Trying to get the best options, learning from the group's experience, so I don't make the same mistakes as others might have.


----------



## Duncan (Dec 8, 2008)

Hi Dameon

Forget about the motor voltage - the controller will vary that to suit the rpm and your current requirements
You can't overvolt a DC motor

What you can do is over-rev and over-current one

The limiting factor is the controller voltage


----------



## Dameon (Sep 19, 2011)

Duncan said:


> Forget about the motor voltage - You can't overvolt a DC motor


That's an interesting statement. If that is the case, why do the motor manufacturers label the motors with maximum voltage limits? 
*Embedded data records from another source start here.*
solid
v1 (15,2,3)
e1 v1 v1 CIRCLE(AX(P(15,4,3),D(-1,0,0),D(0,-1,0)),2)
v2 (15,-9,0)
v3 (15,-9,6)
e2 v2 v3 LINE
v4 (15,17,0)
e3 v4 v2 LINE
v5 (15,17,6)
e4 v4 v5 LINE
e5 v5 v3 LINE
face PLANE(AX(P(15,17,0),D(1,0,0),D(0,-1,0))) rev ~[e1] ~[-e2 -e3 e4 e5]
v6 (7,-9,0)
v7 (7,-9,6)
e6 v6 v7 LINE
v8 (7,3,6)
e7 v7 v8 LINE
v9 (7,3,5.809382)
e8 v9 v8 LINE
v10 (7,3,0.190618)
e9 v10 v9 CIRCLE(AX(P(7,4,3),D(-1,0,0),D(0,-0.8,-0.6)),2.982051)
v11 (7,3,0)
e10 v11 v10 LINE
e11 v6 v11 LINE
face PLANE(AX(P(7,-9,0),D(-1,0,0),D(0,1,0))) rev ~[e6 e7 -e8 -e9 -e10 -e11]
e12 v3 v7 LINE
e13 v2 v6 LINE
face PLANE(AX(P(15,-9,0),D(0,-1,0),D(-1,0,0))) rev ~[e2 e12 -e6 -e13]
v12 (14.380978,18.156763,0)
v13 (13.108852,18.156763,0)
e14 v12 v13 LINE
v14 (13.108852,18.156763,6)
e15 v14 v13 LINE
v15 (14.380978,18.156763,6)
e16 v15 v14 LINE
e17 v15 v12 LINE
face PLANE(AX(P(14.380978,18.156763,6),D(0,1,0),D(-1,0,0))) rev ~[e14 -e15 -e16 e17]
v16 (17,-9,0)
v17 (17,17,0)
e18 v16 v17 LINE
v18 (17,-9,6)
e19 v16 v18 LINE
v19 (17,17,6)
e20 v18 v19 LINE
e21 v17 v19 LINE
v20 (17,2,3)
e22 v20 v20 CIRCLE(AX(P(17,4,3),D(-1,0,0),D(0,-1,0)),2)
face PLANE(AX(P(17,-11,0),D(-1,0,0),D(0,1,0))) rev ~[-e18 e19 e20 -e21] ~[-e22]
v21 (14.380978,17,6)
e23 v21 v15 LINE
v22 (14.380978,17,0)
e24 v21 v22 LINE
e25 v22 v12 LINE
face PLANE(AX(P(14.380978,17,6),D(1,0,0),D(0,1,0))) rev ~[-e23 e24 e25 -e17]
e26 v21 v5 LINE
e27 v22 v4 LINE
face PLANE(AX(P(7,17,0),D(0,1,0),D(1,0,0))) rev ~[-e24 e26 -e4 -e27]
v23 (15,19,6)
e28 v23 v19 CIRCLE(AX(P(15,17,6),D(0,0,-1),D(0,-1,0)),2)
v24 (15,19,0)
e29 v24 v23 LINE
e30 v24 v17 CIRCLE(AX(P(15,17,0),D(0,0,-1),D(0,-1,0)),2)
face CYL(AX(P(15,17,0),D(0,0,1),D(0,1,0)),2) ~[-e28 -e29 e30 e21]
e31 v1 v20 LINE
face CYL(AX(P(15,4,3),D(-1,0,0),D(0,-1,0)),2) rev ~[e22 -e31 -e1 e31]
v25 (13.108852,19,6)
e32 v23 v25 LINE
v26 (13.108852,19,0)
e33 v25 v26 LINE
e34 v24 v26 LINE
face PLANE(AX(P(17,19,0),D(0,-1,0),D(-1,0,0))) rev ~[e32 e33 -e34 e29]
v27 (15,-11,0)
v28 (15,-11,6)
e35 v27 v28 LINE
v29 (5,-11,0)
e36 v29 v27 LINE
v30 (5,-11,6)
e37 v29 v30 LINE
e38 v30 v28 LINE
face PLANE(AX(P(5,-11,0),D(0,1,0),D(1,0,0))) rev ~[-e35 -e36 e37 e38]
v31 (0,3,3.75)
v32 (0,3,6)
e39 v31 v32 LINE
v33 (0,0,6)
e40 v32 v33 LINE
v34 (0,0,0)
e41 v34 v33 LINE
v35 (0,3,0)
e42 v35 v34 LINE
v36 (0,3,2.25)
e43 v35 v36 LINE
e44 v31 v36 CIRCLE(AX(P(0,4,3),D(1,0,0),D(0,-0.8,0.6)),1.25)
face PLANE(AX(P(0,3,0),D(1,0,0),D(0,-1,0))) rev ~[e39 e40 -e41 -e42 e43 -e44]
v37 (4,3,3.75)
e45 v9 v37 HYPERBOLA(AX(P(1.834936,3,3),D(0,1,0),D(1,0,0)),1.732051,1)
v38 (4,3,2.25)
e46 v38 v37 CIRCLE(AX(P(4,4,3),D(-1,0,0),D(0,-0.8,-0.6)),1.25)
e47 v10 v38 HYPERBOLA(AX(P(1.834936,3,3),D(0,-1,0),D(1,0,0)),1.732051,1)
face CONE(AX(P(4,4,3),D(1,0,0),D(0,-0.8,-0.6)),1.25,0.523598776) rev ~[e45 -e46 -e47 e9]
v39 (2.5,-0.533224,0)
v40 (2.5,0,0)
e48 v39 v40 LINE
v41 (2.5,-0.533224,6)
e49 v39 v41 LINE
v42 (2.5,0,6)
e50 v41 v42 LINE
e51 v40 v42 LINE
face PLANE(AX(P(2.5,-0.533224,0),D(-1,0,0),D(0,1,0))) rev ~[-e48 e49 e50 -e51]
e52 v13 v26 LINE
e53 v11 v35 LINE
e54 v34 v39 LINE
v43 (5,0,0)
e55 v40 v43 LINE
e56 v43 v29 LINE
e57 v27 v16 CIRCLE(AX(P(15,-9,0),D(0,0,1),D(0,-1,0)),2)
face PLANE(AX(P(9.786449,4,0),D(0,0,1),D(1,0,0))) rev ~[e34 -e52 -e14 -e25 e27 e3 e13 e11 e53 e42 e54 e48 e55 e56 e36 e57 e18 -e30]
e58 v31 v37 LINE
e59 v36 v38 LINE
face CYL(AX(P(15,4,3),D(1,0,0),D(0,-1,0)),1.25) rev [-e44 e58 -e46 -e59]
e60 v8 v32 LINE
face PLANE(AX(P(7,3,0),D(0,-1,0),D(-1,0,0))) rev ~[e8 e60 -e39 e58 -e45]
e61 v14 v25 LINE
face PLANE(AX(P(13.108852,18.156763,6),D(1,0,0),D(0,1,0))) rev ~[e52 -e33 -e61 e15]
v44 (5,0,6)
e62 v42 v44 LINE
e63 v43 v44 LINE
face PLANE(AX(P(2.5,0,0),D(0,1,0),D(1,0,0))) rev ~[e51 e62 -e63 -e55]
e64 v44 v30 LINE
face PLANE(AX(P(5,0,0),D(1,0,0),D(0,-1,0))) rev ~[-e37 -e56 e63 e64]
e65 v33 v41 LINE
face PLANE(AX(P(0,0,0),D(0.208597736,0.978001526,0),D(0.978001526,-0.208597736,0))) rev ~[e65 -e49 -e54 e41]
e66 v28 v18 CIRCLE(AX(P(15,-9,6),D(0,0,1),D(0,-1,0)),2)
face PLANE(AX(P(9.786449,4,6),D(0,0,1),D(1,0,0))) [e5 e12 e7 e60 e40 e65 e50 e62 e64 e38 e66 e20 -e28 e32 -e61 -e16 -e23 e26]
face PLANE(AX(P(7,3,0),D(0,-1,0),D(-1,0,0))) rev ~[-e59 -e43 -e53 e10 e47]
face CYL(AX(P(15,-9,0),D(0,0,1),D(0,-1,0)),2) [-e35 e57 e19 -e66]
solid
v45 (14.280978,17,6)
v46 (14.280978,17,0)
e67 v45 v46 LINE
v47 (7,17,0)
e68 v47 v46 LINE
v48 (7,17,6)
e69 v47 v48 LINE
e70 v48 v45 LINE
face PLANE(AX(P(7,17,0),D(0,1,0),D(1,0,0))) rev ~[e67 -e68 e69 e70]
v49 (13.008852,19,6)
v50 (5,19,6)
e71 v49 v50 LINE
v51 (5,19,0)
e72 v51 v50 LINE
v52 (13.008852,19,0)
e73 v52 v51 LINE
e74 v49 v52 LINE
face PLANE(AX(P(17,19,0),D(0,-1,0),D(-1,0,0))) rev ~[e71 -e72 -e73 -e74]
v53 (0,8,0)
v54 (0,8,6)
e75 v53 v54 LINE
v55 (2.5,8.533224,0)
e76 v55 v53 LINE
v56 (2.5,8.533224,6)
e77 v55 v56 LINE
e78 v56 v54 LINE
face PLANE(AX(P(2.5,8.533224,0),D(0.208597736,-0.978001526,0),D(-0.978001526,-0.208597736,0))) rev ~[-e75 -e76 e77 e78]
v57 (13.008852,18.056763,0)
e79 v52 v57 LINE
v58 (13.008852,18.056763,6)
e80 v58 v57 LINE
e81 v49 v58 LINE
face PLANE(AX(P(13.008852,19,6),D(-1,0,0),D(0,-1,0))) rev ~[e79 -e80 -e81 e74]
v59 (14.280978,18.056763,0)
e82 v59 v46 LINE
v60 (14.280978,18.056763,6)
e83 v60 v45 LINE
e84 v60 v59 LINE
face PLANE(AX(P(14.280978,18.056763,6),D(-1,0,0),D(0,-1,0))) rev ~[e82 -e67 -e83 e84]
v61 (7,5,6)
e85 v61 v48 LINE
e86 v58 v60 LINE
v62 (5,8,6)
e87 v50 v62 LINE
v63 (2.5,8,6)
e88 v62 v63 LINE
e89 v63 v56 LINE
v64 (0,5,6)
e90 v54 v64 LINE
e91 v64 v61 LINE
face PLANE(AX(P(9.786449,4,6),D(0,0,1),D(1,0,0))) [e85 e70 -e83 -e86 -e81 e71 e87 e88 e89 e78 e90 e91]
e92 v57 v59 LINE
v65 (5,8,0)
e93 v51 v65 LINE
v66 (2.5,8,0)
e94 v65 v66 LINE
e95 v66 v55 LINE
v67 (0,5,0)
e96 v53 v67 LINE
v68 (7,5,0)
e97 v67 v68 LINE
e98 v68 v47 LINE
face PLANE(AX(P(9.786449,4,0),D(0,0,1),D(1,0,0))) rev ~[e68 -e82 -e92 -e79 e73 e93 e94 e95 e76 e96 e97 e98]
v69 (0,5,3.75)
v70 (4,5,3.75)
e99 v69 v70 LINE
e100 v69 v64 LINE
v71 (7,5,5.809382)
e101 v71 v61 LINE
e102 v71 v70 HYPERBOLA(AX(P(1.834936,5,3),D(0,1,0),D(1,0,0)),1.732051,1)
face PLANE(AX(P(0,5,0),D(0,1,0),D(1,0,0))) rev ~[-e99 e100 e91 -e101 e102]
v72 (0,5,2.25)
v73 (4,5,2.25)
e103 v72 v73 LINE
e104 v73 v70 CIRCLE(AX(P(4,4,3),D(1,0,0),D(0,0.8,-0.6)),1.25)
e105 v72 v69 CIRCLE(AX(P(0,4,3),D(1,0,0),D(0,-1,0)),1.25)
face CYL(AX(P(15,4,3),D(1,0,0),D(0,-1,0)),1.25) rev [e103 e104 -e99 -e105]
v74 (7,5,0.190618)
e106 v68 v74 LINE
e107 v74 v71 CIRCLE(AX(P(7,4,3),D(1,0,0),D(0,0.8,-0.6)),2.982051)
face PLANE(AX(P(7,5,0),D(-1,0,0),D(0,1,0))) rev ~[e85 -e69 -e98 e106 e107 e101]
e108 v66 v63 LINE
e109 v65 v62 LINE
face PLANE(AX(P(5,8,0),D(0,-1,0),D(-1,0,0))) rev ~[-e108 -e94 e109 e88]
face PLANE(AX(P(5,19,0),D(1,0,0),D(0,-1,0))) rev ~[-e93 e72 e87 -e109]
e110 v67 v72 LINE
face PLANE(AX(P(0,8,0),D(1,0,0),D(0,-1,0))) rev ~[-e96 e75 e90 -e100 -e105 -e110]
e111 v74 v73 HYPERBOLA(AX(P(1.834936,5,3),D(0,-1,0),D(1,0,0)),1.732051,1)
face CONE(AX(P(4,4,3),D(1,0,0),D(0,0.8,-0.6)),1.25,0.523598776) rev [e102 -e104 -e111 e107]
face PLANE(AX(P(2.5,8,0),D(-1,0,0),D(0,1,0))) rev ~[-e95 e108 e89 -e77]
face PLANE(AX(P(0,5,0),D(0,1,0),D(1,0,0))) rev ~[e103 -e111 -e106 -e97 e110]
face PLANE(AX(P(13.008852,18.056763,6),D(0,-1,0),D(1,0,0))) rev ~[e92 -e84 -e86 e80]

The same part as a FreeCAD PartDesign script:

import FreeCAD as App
import Part
import Sketcher

V = App.Vector


def edges_at(feature, points):
    """Names of the edges that pass closest to the given points."""
    edges = feature.Shape.Edges
    near = lambda p: min(range(len(edges)), key=lambda i: edges[i].distToShape(Part.Vertex(*p))[0])
    return sorted({f"Edge{near(p) + 1}" for p in points})


def add_polygon(sketch, points):
    """Adds a closed chain of lines whose ends are joined by coincident constraints."""
    first, n = sketch.GeometryCount, len(points)
    for a, b in zip(points, points[1:] + points[:1]):
        sketch.addGeometry(Part.LineSegment(App.Vector(*a, 0), App.Vector(*b, 0)), False)
    for i in range(n):
        sketch.addConstraint(Sketcher.Constraint("Coincident", first + i, 2, first + (i + 1) % n, 1))

doc = App.newDocument("Part")
body = doc.addObject("PartDesign::Body", "Body")
body.AllowCompound = True

sketch1 = body.newObject("Sketcher::SketchObject", "Sketch")
sketch1.AttachmentSupport = (doc.getObject("XY_Plane"), [""])
sketch1.MapMode = "FlatFace"
add_polygon(sketch1, [(5, 8), (2.5, 8), (2.5, 8.533224), (0, 8), (0, 5), (7, 5), (7, 17), (15, 17), (15, -9), (7, -9), (7, 3), (0, 3), (0, 0), (2.5, -0.533224), (2.5, 0), (5, 0), (5, -11), (17, -11), (17, 19), (5, 19)])
sketch1.addConstraint([
    Sketcher.Constraint("Horizontal", 0),
    Sketcher.Constraint("Vertical", 1),
    Sketcher.Constraint("Vertical", 3),
    Sketcher.Constraint("Horizontal", 4),
    Sketcher.Constraint("Vertical", 5),
    Sketcher.Constraint("Horizontal", 6),
    Sketcher.Constraint("Vertical", 7),
    Sketcher.Constraint("Horizontal", 8),
    Sketcher.Constraint("Vertical", 9),
    Sketcher.Constraint("Horizontal", 10),
    Sketcher.Constraint("Vertical", 11),
    Sketcher.Constraint("Vertical", 13),
    Sketcher.Constraint("Horizontal", 14),
    Sketcher.Constraint("Vertical", 15),
    Sketcher.Constraint("Horizontal", 16),
    Sketcher.Constraint("Vertical", 17),
    Sketcher.Constraint("Horizontal", 18),
    Sketcher.Constraint("Vertical", 19),
    Sketcher.Constraint("Coincident", 11, 2, -1, 1),
    Sketcher.Constraint("PointOnObject", 2, 2, -2),
    Sketcher.Constraint("PointOnObject", 13, 2, -1),
    Sketcher.Constraint("Horizontal", 0, 2, 2, 2),
    Sketcher.Constraint("Vertical", 5, 2, 8, 2),
    Sketcher.Constraint("Vertical", 1, 2, 12, 2),
    Sketcher.Constraint("Vertical", 15, 2, 18, 2),
    Sketcher.Constraint("Equal", 18, 5),
    Sketcher.Constraint("Equal", 5, 9),
    Sketcher.Constraint("Equal", 3, 11),
    Sketcher.Constraint("Equal", 1, 13),
    Sketcher.Constraint("Equal", 15, 19),
    Sketcher.Constraint("DistanceX", 4, 1, 4, 2, 7.0),
    Sketcher.Constraint("DistanceX", 6, 1, 6, 2, 8.0),
    Sketcher.Constraint("DistanceX", 16, 1, 16, 2, 12.0),
    Sketcher.Constraint("DistanceY", 3, 2, 3, 1, 3.0),
    Sketcher.Constraint("DistanceY", 7, 2, 7, 1, 26.0),
    Sketcher.Constraint("DistanceY", 15, 2, 15, 1, 11.0),
    Sketcher.Constraint("DistanceX", 0, 2, 0, 1, 2.5),
    Sketcher.Constraint("DistanceX", -1, 1, 14, 2, 5.0),
    Sketcher.Constraint("DistanceY", 1, 1, 1, 2, 0.533224),
])
pad1 = body.newObject("PartDesign::Pad", "Pad")
pad1.Profile = sketch1
pad1.Length = 6

sketch2 = body.newObject("Sketcher::SketchObject", "Sketch001")
sketch2.AttachmentSupport = (doc.getObject("YZ_Plane"), [""])
sketch2.MapMode = "FlatFace"
sketch2.AttachmentOffset = App.Placement(V(0, 0, 15), App.Rotation())
sketch2.addGeometry(Part.Circle(V(4, 3, 0), V(0, 0, 1), 1.25), False)
sketch2.addConstraint([
    Sketcher.Constraint("Diameter", 0, 2.5),
    Sketcher.Constraint("DistanceX", -1, 1, 0, 3, 4.0),
    Sketcher.Constraint("DistanceY", -1, 1, 0, 3, 3.0),
])
pocket1 = body.newObject("PartDesign::Pocket", "Pocket")
pocket1.Profile = sketch2
pocket1.Length = 25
> What you can do is over-rev and over-current one


Yes, that is the limiting factor. Internal wiring and bearing over race on the output shaft(s).

I have a Curtis controller... the ol' 1231C and it is rated for a maximum of 550 amps and 144 volts.


----------



## Duncan (Dec 8, 2008)

Hi Dameon

With a DC motor you control the current - for a given current and RPM there is only one voltage that "satisfies" the equation

So you can't "overvolt" a DC motor without either or both over speeding it or over currenting it!

My motor is rated at - 10 Kw , 206 Amps, 48 v and about 1400 rpm

I am using 340 volt battery and 1200 amp controller - at the end of the 1/8th mile I'm doing 4700 rpm

So I'm overvolting it over currenting it and over revving it - so far so good - next year sticky tires to try and get a faster time


----------



## Dameon (Sep 19, 2011)

Yeah, I see your point now. W=VA... can't change the variables without changing the output of the equation.


----------



## brian_ (Feb 7, 2017)

Dameon said:


> I believe the Spark EV uses three 48v packs. I don't know how they are wired in the Spark, but I could wire them in series and get 144v. That would be a perfect match for my current motor and controller.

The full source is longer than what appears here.